TASK PROMPT: Please return every record below exactly as it stands.

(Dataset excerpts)
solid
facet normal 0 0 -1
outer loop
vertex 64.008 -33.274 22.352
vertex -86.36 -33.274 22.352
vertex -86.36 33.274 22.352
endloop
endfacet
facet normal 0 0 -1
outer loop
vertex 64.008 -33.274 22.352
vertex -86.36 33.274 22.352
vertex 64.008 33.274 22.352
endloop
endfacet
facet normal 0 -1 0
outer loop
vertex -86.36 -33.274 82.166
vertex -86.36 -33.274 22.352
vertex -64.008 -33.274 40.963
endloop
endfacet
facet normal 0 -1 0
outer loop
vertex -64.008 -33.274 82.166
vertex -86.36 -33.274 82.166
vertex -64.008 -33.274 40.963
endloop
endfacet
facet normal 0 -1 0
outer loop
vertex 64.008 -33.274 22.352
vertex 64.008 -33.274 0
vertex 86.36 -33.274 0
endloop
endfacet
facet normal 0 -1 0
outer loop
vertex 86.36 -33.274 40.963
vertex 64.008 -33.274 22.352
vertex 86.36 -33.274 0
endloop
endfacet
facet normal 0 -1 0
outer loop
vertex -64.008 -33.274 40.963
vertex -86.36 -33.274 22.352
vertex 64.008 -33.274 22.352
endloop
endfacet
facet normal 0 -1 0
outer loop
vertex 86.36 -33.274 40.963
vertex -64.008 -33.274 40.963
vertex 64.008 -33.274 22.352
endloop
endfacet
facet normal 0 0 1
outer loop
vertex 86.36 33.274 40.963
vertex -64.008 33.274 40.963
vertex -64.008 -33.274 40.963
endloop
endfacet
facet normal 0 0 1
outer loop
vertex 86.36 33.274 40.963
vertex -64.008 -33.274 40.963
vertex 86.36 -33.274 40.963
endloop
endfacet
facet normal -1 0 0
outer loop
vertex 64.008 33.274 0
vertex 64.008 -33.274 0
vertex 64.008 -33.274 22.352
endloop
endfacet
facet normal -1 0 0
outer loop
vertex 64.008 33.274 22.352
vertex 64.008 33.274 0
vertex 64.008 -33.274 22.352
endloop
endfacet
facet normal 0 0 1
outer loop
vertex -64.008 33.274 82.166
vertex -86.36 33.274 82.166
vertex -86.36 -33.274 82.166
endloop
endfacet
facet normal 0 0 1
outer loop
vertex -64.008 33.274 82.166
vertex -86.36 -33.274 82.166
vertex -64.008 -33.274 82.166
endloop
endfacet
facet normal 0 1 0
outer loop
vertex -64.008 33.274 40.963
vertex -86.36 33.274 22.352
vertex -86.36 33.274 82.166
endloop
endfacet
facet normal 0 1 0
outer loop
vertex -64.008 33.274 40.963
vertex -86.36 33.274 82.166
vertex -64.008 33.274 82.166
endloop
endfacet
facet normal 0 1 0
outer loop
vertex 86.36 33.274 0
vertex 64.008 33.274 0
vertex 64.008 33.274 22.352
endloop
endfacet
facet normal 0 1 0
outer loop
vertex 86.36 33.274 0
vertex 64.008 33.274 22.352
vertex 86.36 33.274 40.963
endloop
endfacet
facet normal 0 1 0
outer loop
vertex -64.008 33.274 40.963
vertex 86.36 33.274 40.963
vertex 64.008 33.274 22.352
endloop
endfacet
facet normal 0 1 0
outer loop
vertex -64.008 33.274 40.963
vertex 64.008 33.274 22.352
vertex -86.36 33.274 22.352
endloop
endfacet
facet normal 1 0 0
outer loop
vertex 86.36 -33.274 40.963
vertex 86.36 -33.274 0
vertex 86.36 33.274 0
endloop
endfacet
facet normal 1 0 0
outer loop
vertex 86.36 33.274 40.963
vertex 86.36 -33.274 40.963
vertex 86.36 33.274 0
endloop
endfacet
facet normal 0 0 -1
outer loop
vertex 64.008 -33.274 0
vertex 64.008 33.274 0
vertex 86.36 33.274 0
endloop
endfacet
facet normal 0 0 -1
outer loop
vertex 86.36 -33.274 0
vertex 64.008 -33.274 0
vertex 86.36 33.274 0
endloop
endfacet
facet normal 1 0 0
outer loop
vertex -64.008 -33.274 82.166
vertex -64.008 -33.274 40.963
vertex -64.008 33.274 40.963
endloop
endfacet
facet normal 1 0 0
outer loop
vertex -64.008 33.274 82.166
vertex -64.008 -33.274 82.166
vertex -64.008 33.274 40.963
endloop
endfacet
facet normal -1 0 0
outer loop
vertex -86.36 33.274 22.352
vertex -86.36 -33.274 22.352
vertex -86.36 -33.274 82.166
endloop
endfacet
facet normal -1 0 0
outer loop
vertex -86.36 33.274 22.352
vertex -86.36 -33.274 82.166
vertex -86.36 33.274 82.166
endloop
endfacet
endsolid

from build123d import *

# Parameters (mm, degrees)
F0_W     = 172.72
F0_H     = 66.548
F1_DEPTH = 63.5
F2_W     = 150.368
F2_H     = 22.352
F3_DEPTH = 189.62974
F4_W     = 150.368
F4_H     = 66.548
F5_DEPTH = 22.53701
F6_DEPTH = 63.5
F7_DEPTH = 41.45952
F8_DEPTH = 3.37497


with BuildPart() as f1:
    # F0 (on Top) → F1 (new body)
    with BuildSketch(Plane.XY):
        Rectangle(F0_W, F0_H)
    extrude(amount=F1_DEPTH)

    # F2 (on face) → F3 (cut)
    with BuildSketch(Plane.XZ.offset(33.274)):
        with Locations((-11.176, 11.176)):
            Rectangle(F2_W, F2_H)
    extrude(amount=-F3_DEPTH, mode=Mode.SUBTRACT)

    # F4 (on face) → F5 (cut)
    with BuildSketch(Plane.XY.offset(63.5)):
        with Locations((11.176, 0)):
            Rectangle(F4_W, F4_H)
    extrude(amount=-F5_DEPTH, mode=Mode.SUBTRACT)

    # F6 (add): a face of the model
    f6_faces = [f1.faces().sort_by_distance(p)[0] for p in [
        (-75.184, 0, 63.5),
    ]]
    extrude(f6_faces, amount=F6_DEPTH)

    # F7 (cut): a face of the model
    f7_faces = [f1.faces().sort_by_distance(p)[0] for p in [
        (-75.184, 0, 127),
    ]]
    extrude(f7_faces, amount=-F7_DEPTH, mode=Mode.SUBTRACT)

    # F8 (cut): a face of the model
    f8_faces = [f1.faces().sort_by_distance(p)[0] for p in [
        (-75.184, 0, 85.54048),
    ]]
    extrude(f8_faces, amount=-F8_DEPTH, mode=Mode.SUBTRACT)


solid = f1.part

EXERCISE RESPONSE:
solid
facet normal 0 0 -1
outer loop
vertex 64.008 -33.274 22.352
vertex -86.36 -33.274 22.352
vertex -86.36 33.274 22.352
endloop
endfacet
facet normal 0 0 -1
outer loop
vertex 64.008 -33.274 22.352
vertex -86.36 33.274 22.352
vertex 64.008 33.274 22.352
endloop
endfacet
facet normal 0 -1 0
outer loop
vertex -86.36 -33.274 82.166
vertex -86.36 -33.274 22.352
vertex -64.008 -33.274 40.963
endloop
endfacet
facet normal 0 -1 0
outer loop
vertex -64.008 -33.274 82.166
vertex -86.36 -33.274 82.166
vertex -64.008 -33.274 40.963
endloop
endfacet
facet normal 0 -1 0
outer loop
vertex 64.008 -33.274 22.352
vertex 64.008 -33.274 0
vertex 86.36 -33.274 0
endloop
endfacet
facet normal 0 -1 0
outer loop
vertex 86.36 -33.274 40.963
vertex 64.008 -33.274 22.352
vertex 86.36 -33.274 0
endloop
endfacet
facet normal 0 -1 0
outer loop
vertex -64.008 -33.274 40.963
vertex -86.36 -33.274 22.352
vertex 64.008 -33.274 22.352
endloop
endfacet
facet normal 0 -1 0
outer loop
vertex 86.36 -33.274 40.963
vertex -64.008 -33.274 40.963
vertex 64.008 -33.274 22.352
endloop
endfacet
facet normal 0 0 1
outer loop
vertex 86.36 33.274 40.963
vertex -64.008 33.274 40.963
vertex -64.008 -33.274 40.963
endloop
endfacet
facet normal 0 0 1
outer loop
vertex 86.36 33.274 40.963
vertex -64.008 -33.274 40.963
vertex 86.36 -33.274 40.963
endloop
endfacet
facet normal -1 0 0
outer loop
vertex 64.008 33.274 0
vertex 64.008 -33.274 0
vertex 64.008 -33.274 22.352
endloop
endfacet
facet normal -1 0 0
outer loop
vertex 64.008 33.274 22.352
vertex 64.008 33.274 0
vertex 64.008 -33.274 22.352
endloop
endfacet
facet normal 0 0 1
outer loop
vertex -64.008 33.274 82.166
vertex -86.36 33.274 82.166
vertex -86.36 -33.274 82.166
endloop
endfacet
facet normal 0 0 1
outer loop
vertex -64.008 33.274 82.166
vertex -86.36 -33.274 82.166
vertex -64.008 -33.274 82.166
endloop
endfacet
facet normal 0 1 0
outer loop
vertex -64.008 33.274 40.963
vertex -86.36 33.274 22.352
vertex -86.36 33.274 82.166
endloop
endfacet
facet normal 0 1 0
outer loop
vertex -64.008 33.274 40.963
vertex -86.36 33.274 82.166
vertex -64.008 33.274 82.166
endloop
endfacet
facet normal 0 1 0
outer loop
vertex 86.36 33.274 0
vertex 64.008 33.274 0
vertex 64.008 33.274 22.352
endloop
endfacet
facet normal 0 1 0
outer loop
vertex 86.36 33.274 0
vertex 64.008 33.274 22.352
vertex 86.36 33.274 40.963
endloop
endfacet
facet normal 0 1 0
outer loop
vertex -64.008 33.274 40.963
vertex 86.36 33.274 40.963
vertex 64.008 33.274 22.352
endloop
endfacet
facet normal 0 1 0
outer loop
vertex -64.008 33.274 40.963
vertex 64.008 33.274 22.352
vertex -86.36 33.274 22.352
endloop
endfacet
facet normal 1 0 0
outer loop
vertex 86.36 -33.274 40.963
vertex 86.36 -33.274 0
vertex 86.36 33.274 0
endloop
endfacet
facet normal 1 0 0
outer loop
vertex 86.36 33.274 40.963
vertex 86.36 -33.274 40.963
vertex 86.36 33.274 0
endloop
endfacet
facet normal 0 0 -1
outer loop
vertex 64.008 -33.274 0
vertex 64.008 33.274 0
vertex 86.36 33.274 0
endloop
endfacet
facet normal 0 0 -1
outer loop
vertex 86.36 -33.274 0
vertex 64.008 -33.274 0
vertex 86.36 33.274 0
endloop
endfacet
facet normal 1 0 0
outer loop
vertex -64.008 -33.274 82.166
vertex -64.008 -33.274 40.963
vertex -64.008 33.274 40.963
endloop
endfacet
facet normal 1 0 0
outer loop
vertex -64.008 33.274 82.166
vertex -64.008 -33.274 82.166
vertex -64.008 33.274 40.963
endloop
endfacet
facet normal -1 0 0
outer loop
vertex -86.36 33.274 22.352
vertex -86.36 -33.274 22.352
vertex -86.36 -33.274 82.166
endloop
endfacet
facet normal -1 0 0
outer loop
vertex -86.36 33.274 22.352
vertex -86.36 -33.274 82.166
vertex -86.36 33.274 82.166
endloop
endfacet
endsolid

from build123d import *

# Parameters (mm, degrees)
F0_W     = 172.72
F0_H     = 66.548
F1_DEPTH = 63.5
F2_W     = 150.368
F2_H     = 22.352
F3_DEPTH = 189.62974
F4_W     = 150.368
F4_H     = 66.548
F5_DEPTH = 22.53701
F6_DEPTH = 63.5
F7_DEPTH = 41.45952
F8_DEPTH = 3.37497


with BuildPart() as f1:
    # F0 (on Top) → F1 (new body)
    with BuildSketch(Plane.XY):
        Rectangle(F0_W, F0_H)
    extrude(amount=F1_DEPTH)

    # F2 (on face) → F3 (cut)
    with BuildSketch(Plane.XZ.offset(33.274)):
        with Locations((-11.176, 11.176)):
            Rectangle(F2_W, F2_H)
    extrude(amount=-F3_DEPTH, mode=Mode.SUBTRACT)

    # F4 (on face) → F5 (cut)
    with BuildSketch(Plane.XY.offset(63.5)):
        with Locations((11.176, 0)):
            Rectangle(F4_W, F4_H)
    extrude(amount=-F5_DEPTH, mode=Mode.SUBTRACT)

    # F6 (add): a face of the model
    f6_faces = [f1.faces().sort_by_distance(p)[0] for p in [
        (-75.184, 0, 63.5),
    ]]
    extrude(f6_faces, amount=F6_DEPTH)

    # F7 (cut): a face of the model
    f7_faces = [f1.faces().sort_by_distance(p)[0] for p in [
        (-75.184, 0, 127),
    ]]
    extrude(f7_faces, amount=-F7_DEPTH, mode=Mode.SUBTRACT)

    # F8 (cut): a face of the model
    f8_faces = [f1.faces().sort_by_distance(p)[0] for p in [
        (-75.184, 0, 85.54048),
    ]]
    extrude(f8_faces, amount=-F8_DEPTH, mode=Mode.SUBTRACT)


solid = f1.part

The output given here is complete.